外見からの特徴からして、今日、迷宮に出たやつと同じタイプらしいです」
(シナクー)(出来たよー)
「じゃ、行ってきますので。
リンナさんは予備戦力とか見学者とかをまとめてからお願いします」
しゅん。
迷宮内、商工会の見本置き場会場。
しゅん。
「おい! そこの歩哨組!
外来者の避難は済んだのか?」
「あ、はい!
避難誘導は、だいたい……あの、あなたは?」
「冒険者のシナク。
ギルドの要請でこっちに出現したモンスターを討伐しに来た」
「あなたが!」
「……いいから、とにかく人を近寄らせるなよ。
それと、君自身もさっさとさがってあいつらと距離を取って!
さて……と。
ちゃっちゃと片づけちまいましょうかねー……」
ひゅん。
「よっ」
ざっ。
「……え?」
ざくっ。ざっ。
「足を止めてないで! ここから離れろって!」
「は……はいっ!」
ぶおん。
ずしゃ。
「……相変わらず大振りだなあ、こいつら。
懐に飛び込んで、手足の腱を斬っていけば……簡単に無力化出来る」
「は……速い。
それに、あの足裁き……」
ざっ。

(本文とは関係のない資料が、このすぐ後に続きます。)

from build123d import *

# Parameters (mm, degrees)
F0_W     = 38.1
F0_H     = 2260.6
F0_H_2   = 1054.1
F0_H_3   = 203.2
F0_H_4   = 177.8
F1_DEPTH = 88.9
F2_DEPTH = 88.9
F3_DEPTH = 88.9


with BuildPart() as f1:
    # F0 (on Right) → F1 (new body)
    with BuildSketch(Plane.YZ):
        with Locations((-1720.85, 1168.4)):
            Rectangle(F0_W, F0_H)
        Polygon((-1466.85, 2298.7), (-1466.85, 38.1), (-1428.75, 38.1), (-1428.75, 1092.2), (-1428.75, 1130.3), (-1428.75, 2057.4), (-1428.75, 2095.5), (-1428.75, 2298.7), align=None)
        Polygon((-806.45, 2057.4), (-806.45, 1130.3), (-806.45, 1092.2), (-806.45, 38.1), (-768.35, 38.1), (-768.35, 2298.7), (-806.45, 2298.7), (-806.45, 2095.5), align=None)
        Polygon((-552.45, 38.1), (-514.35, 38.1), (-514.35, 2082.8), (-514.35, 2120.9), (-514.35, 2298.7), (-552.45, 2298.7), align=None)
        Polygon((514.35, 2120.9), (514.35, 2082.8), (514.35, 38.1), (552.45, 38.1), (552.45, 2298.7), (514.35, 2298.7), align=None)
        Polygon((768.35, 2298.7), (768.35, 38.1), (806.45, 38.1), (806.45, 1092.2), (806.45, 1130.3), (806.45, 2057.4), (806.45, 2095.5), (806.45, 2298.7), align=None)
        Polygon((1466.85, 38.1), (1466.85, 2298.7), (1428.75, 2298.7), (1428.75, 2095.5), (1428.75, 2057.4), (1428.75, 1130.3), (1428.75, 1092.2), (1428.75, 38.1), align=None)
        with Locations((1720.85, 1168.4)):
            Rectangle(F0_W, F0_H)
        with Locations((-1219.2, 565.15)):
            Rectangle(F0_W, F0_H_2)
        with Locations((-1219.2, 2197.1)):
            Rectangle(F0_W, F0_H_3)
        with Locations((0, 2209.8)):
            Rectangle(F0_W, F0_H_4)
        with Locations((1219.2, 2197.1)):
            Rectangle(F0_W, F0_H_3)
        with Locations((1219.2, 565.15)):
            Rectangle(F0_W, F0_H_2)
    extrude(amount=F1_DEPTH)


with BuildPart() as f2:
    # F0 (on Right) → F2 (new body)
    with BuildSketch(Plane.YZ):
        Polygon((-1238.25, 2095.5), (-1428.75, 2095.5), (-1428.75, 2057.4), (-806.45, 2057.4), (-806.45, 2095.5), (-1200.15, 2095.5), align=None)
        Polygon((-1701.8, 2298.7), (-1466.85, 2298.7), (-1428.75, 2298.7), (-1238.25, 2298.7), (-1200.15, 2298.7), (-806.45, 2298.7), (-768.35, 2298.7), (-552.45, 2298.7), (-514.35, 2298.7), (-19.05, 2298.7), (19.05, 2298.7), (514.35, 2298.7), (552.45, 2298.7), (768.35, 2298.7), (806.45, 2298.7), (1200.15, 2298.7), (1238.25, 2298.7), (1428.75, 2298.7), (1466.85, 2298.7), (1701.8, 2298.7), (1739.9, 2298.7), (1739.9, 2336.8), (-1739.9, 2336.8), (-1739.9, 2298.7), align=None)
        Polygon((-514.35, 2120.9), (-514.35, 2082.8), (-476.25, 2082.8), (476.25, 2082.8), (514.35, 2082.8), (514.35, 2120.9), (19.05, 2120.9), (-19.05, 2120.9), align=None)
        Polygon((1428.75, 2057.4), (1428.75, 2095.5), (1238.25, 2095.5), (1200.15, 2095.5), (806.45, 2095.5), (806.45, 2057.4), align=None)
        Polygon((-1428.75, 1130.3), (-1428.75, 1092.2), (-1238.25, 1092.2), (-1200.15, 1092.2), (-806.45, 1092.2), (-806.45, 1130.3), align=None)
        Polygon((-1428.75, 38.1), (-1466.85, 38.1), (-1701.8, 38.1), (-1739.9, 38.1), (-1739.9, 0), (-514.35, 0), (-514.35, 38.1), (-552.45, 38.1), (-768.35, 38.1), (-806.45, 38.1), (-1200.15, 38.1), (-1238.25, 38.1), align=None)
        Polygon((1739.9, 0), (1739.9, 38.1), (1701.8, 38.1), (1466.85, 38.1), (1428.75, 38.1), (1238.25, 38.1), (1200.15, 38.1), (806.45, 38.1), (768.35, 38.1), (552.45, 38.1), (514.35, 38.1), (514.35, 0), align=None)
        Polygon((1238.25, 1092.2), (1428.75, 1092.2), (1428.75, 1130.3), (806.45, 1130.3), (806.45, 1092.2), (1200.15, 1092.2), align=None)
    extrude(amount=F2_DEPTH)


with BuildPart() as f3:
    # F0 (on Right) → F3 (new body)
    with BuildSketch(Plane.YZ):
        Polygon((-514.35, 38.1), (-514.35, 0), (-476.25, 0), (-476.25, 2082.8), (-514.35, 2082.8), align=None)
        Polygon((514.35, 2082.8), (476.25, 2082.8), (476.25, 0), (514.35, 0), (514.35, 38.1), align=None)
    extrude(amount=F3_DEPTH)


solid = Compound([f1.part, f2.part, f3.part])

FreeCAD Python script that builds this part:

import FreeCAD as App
import Part
import Sketcher

V = App.Vector
Q = App.Units.Quantity


def add_polygon(sketch, points):
    """Adds a closed chain of lines whose ends are joined by coincident constraints."""
    first, n = sketch.GeometryCount, len(points)
    for a, b in zip(points, points[1:] + points[:1]):
        sketch.addGeometry(Part.LineSegment(App.Vector(*a, 0), App.Vector(*b, 0)), False)
    for i in range(n):
        sketch.addConstraint(Sketcher.Constraint("Coincident", first + i, 2, first + (i + 1) % n, 1))

doc = App.newDocument("Part")
body = doc.addObject("PartDesign::Body", "Body")
body.AllowCompound = True

# Sketch on YZ plane
sketch1 = body.newObject("Sketcher::SketchObject", "Sketch")
sketch1.AttachmentSupport = (doc.getObject("YZ_Plane"), [""])
sketch1.MapMode = "FlatFace"
add_polygon(sketch1, [(-1740, 2299), (-1740, 38), (-1702, 38), (-1702, 2299)])  # lines 0-3
add_polygon(sketch1, [(-1467, 2299), (-1467, 38), (-1429, 38), (-1429, 2299)])  # lines 4-7
add_polygon(sketch1, [(-806, 38), (-768, 38), (-768, 2299), (-806, 2299)])  # lines 8-11
add_polygon(sketch1, [(-552, 38), (-514, 38), (-514, 2299), (-552, 2299)])  # lines 12-15
add_polygon(sketch1, [(514, 38), (552, 38), (552, 2299), (514, 2299)])  # lines 16-19
add_polygon(sketch1, [(768, 2299), (768, 38), (806, 38), (806, 2299)])  # lines 20-23
add_polygon(sketch1, [(1467, 38), (1467, 2299), (1429, 2299), (1429, 38)])  # lines 24-27
add_polygon(sketch1, [(1702, 2299), (1702, 38), (1740, 38), (1740, 2299)])  # lines 28-31
add_polygon(sketch1, [(-1238, 1092), (-1238, 38), (-1200, 38), (-1200, 1092)])  # lines 32-35
add_polygon(sketch1, [(-1238, 2299), (-1238, 2096), (-1200, 2096), (-1200, 2299)])  # lines 36-39
add_polygon(sketch1, [(-19, 2299), (-19, 2121), (19, 2121), (19, 2299)])  # lines 40-43
add_polygon(sketch1, [(1200, 2299), (1200, 2096), (1238, 2096), (1238, 2299)])  # lines 44-47
add_polygon(sketch1, [(1200, 1092), (1200, 38), (1238, 38), (1238, 1092)])  # lines 48-51
sketch1.addConstraint([
    Sketcher.Constraint("Vertical", 0),
    Sketcher.Constraint("Horizontal", 1),
    Sketcher.Constraint("Vertical", 2),
    Sketcher.Constraint("Horizontal", 3),
    Sketcher.Constraint("Vertical", 4),
    Sketcher.Constraint("Horizontal", 5),
    Sketcher.Constraint("Vertical", 6),
    Sketcher.Constraint("Horizontal", 7),
    Sketcher.Constraint("Horizontal", 8),
    Sketcher.Constraint("Vertical", 9),
    Sketcher.Constraint("Horizontal", 10),
    Sketcher.Constraint("Vertical", 11),
    Sketcher.Constraint("Horizontal", 12),
    Sketcher.Constraint("Vertical", 13),
    Sketcher.Constraint("Horizontal", 14),
    Sketcher.Constraint("Vertical", 15),
    Sketcher.Constraint("Horizontal", 16),
    Sketcher.Constraint("Vertical", 17),
    Sketcher.Constraint("Horizontal", 18),
    Sketcher.Constraint("Vertical", 19),
    Sketcher.Constraint("Vertical", 20),
    Sketcher.Constraint("Horizontal", 21),
    Sketcher.Constraint("Vertical", 22),
    Sketcher.Constraint("Horizontal", 23),
    Sketcher.Constraint("Vertical", 24),
    Sketcher.Constraint("Horizontal", 25),
    Sketcher.Constraint("Vertical", 26),
    Sketcher.Constraint("Horizontal", 27),
    Sketcher.Constraint("Vertical", 28),
    Sketcher.Constraint("Horizontal", 29),
    Sketcher.Constraint("Vertical", 30),
    Sketcher.Constraint("Horizontal", 31),
    Sketcher.Constraint("Vertical", 32),
    Sketcher.Constraint("Horizontal", 33),
    Sketcher.Constraint("Vertical", 34),
    Sketcher.Constraint("Horizontal", 35),
    Sketcher.Constraint("Vertical", 36),
    Sketcher.Constraint("Horizontal", 37),
    Sketcher.Constraint("Vertical", 38),
    Sketcher.Constraint("Horizontal", 39),
    Sketcher.Constraint("Vertical", 40),
    Sketcher.Constraint("Horizontal", 41),
    Sketcher.Constraint("Vertical", 42),
    Sketcher.Constraint("Horizontal", 43),
    Sketcher.Constraint("Vertical", 44),
    Sketcher.Constraint("Horizontal", 45),
    Sketcher.Constraint("Vertical", 46),
    Sketcher.Constraint("Horizontal", 47),
    Sketcher.Constraint("Vertical", 48),
    Sketcher.Constraint("Horizontal", 49),
    Sketcher.Constraint("Vertical", 50),
    Sketcher.Constraint("Horizontal", 51),
    Sketcher.Constraint("Symmetric", 15, 2, 16, 2, -2),
    Sketcher.Constraint("Symmetric", 13, 2, 18, 2, -2),
    Sketcher.Constraint("Symmetric", 8, 2, 20, 2, -2),
    Sketcher.Constraint("Symmetric", 10, 2, 22, 2, -2),
    Sketcher.Constraint("Symmetric", 7, 2, 24, 2, -2),
    Sketcher.Constraint("Symmetric", 5, 2, 26, 2, -2),
    Sketcher.Constraint("Symmetric", 1, 2, 28, 2, -2),
    Sketcher.Constraint("Symmetric", 3, 2, 30, 2, -2),
    Sketcher.Constraint("Symmetric", 37, 2, 44, 2, -2),
    Sketcher.Constraint("Symmetric", 39, 2, 46, 2, -2),
    Sketcher.Constraint("Symmetric", 33, 2, 48, 2, -2),
    Sketcher.Constraint("Symmetric", 35, 2, 50, 2, -2),
    Sketcher.Constraint("Horizontal", 1, 2, 4, 2),
    Sketcher.Constraint("Horizontal", 3, 2, 6, 2),
    Sketcher.Constraint("Horizontal", 5, 2, 8, 2),
    Sketcher.Constraint("Horizontal", 7, 2, 9, 2),
    Sketcher.Constraint("Horizontal", 11, 2, 12, 2),
    Sketcher.Constraint("Horizontal", 10, 2, 13, 2),
    Sketcher.Constraint("Horizontal", 29, 2, 32, 2),
    Sketcher.Constraint("Horizontal", 31, 2, 38, 2),
    Sketcher.Constraint("Horizontal", 39, 2, 42, 2),
    Sketcher.Constraint("Vertical", 35, 2, 36, 2),
    Sketcher.Constraint("Vertical", 34, 2, 37, 2),
    Sketcher.Constraint("Equal", 3, 5),
    Sketcher.Constraint("Equal", 7, 8),
    Sketcher.Constraint("Equal", 10, 12),
    Sketcher.Constraint("Equal", 31, 33),
    Sketcher.Constraint("Equal", 39, 41),
    Sketcher.Constraint("DistanceY", 0, 2, 0, 1, Q("89 in")),
    Sketcher.Constraint("DistanceY", 36, 2, 36, 1, Q("8 in")),
    Sketcher.Constraint("DistanceY", 40, 2, 40, 1, Q("7 in")),
    Sketcher.Constraint("DistanceX", 1, 1, 1, 2, Q("1.5 in")),
    Sketcher.Constraint("DistanceY", 32, 2, 32, 1, Q("41.5 in")),
    Sketcher.Constraint("DistanceX", 1, 2, -1, 1, Q("67 in")),
    Sketcher.Constraint("DistanceY", -1, 1, 34, 2, Q("43 in")),
    Sketcher.Constraint("DistanceX", 5, 2, 8, 2, Q("26 in")),
    Sketcher.Constraint("DistanceX", 8, 2, 12, 2, Q("10 in")),
    Sketcher.Constraint("DistanceX", 12, 2, 16, 2, Q("42 in")),
    Sketcher.Constraint("DistanceX", 4, 2, 32, 2, Q("9 in")),
    Sketcher.Constraint("DistanceX", 40, 2, 18, 2, Q("21 in")),
])
pad1 = body.newObject("PartDesign::Pad", "Pad")
pad1.Profile = sketch1
pad1.Length = Q("3.5 in")
body2 = doc.addObject("PartDesign::Body", "Body001")
body2.AllowCompound = True

# Sketch on YZ plane
sketch2 = body2.newObject("Sketcher::SketchObject", "Sketch001")
sketch2.AttachmentSupport = (doc.getObject("YZ_Plane001"), [""])
sketch2.MapMode = "FlatFace"
add_polygon(sketch2, [(-1429, 2096), (-1429, 2057), (-806, 2057), (-806, 2096)])  # lines 0-3
add_polygon(sketch2, [(1740, 2299), (1740, 2337), (-1740, 2337), (-1740, 2299)])  # lines 4-7
add_polygon(sketch2, [(-514, 2121), (-514, 2083), (514, 2083), (514, 2121)])  # lines 8-11
add_polygon(sketch2, [(1429, 2057), (1429, 2096), (806, 2096), (806, 2057)])  # lines 12-15
add_polygon(sketch2, [(-1429, 1130), (-1429, 1092), (-806, 1092), (-806, 1130)])  # lines 16-19
add_polygon(sketch2, [(-1740, 38), (-1740, 0), (-514, 0), (-514, 38)])  # lines 20-23
add_polygon(sketch2, [(1740, 0), (1740, 38), (514, 38), (514, 0)])  # lines 24-27
add_polygon(sketch2, [(1429, 1092), (1429, 1130), (806, 1130), (806, 1092)])  # lines 28-31
sketch2.addConstraint([
    Sketcher.Constraint("Vertical", 0),
    Sketcher.Constraint("Horizontal", 1),
    Sketcher.Constraint("Vertical", 2),
    Sketcher.Constraint("Horizontal", 3),
    Sketcher.Constraint("Vertical", 4),
    Sketcher.Constraint("Horizontal", 5),
    Sketcher.Constraint("Vertical", 6),
    Sketcher.Constraint("Horizontal", 7),
    Sketcher.Constraint("Vertical", 8),
    Sketcher.Constraint("Horizontal", 9),
    Sketcher.Constraint("Vertical", 10),
    Sketcher.Constraint("Horizontal", 11),
    Sketcher.Constraint("Vertical", 12),
    Sketcher.Constraint("Horizontal", 13),
    Sketcher.Constraint("Vertical", 14),
    Sketcher.Constraint("Horizontal", 15),
    Sketcher.Constraint("Vertical", 16),
    Sketcher.Constraint("Horizontal", 17),
    Sketcher.Constraint("Vertical", 18),
    Sketcher.Constraint("Horizontal", 19),
    Sketcher.Constraint("Vertical", 20),
    Sketcher.Constraint("Horizontal", 21),
    Sketcher.Constraint("Vertical", 22),
    Sketcher.Constraint("Horizontal", 23),
    Sketcher.Constraint("Vertical", 24),
    Sketcher.Constraint("Horizontal", 25),
    Sketcher.Constraint("Vertical", 26),
    Sketcher.Constraint("Horizontal", 27),
    Sketcher.Constraint("Vertical", 28),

ざっ。ざっ。ざっ。
「……ほい。制圧完了。
介錯は……どっか別のところに転移してからにした方がいいのか?
これ以上、ここで出血させると、掃除が大変そうだし……。
ええっと……あー。どうも、シナクです。
巨人六体の制圧、完了いたしました。
それで、ですねえ。
こいつら、今身動きできないように手足の腱を斬って転がしている状態なんですけど、最終的にどこで始末しますか?
今ここでこれ以上の出血をさせてしまうと、ええ、後始末が……。
あ。
今から専用の転移札を用意してこっちに来てくれますか?
ああ。
はいはい。
では、こちらでお待ちしています。
……ふぅ。
ん?」
パチパチ。
パチパチパチパチパチパチ。
「……ありゃ。
遠巻きにして見物していた外来者の人たちが……」
しゅん。
「おお、シナクよ。
もう片づけてしまったのか?」
「シナク教官。
修練に参加していた人たちへの、いい見本になると思っていましたのにぃ」
「いや……そんなことをいわれましても、被害が大きくなる前にこいつらを無力化するのが先決ですし……。
しかし……今まで、いきなりこんな場所に現れたモンスターもいなかったんだがな……」
迷宮内、作戦小会議室。
「……早速、現れてしましましたねー……」
「共用部に。
しかも、外来者が多い商工会の見本置き場に」
「モンスター発見と同時に避難誘導を開始したため、人的被害は皆無。
展示物への損害はそれなりに出た模様ですが、商工会からは弁済の必要はなしとのお言葉をいただきました。
どうやら……たまたま居合わせた人たちとの商談が予想よりもかなり有利に進んだようです」
「……モンスターを見たこともない人たちからみれば、ものの数秒で六体の巨人を地面に転がしたシナクさんの手際は、魔法かなにかのように見えたことでしょうね。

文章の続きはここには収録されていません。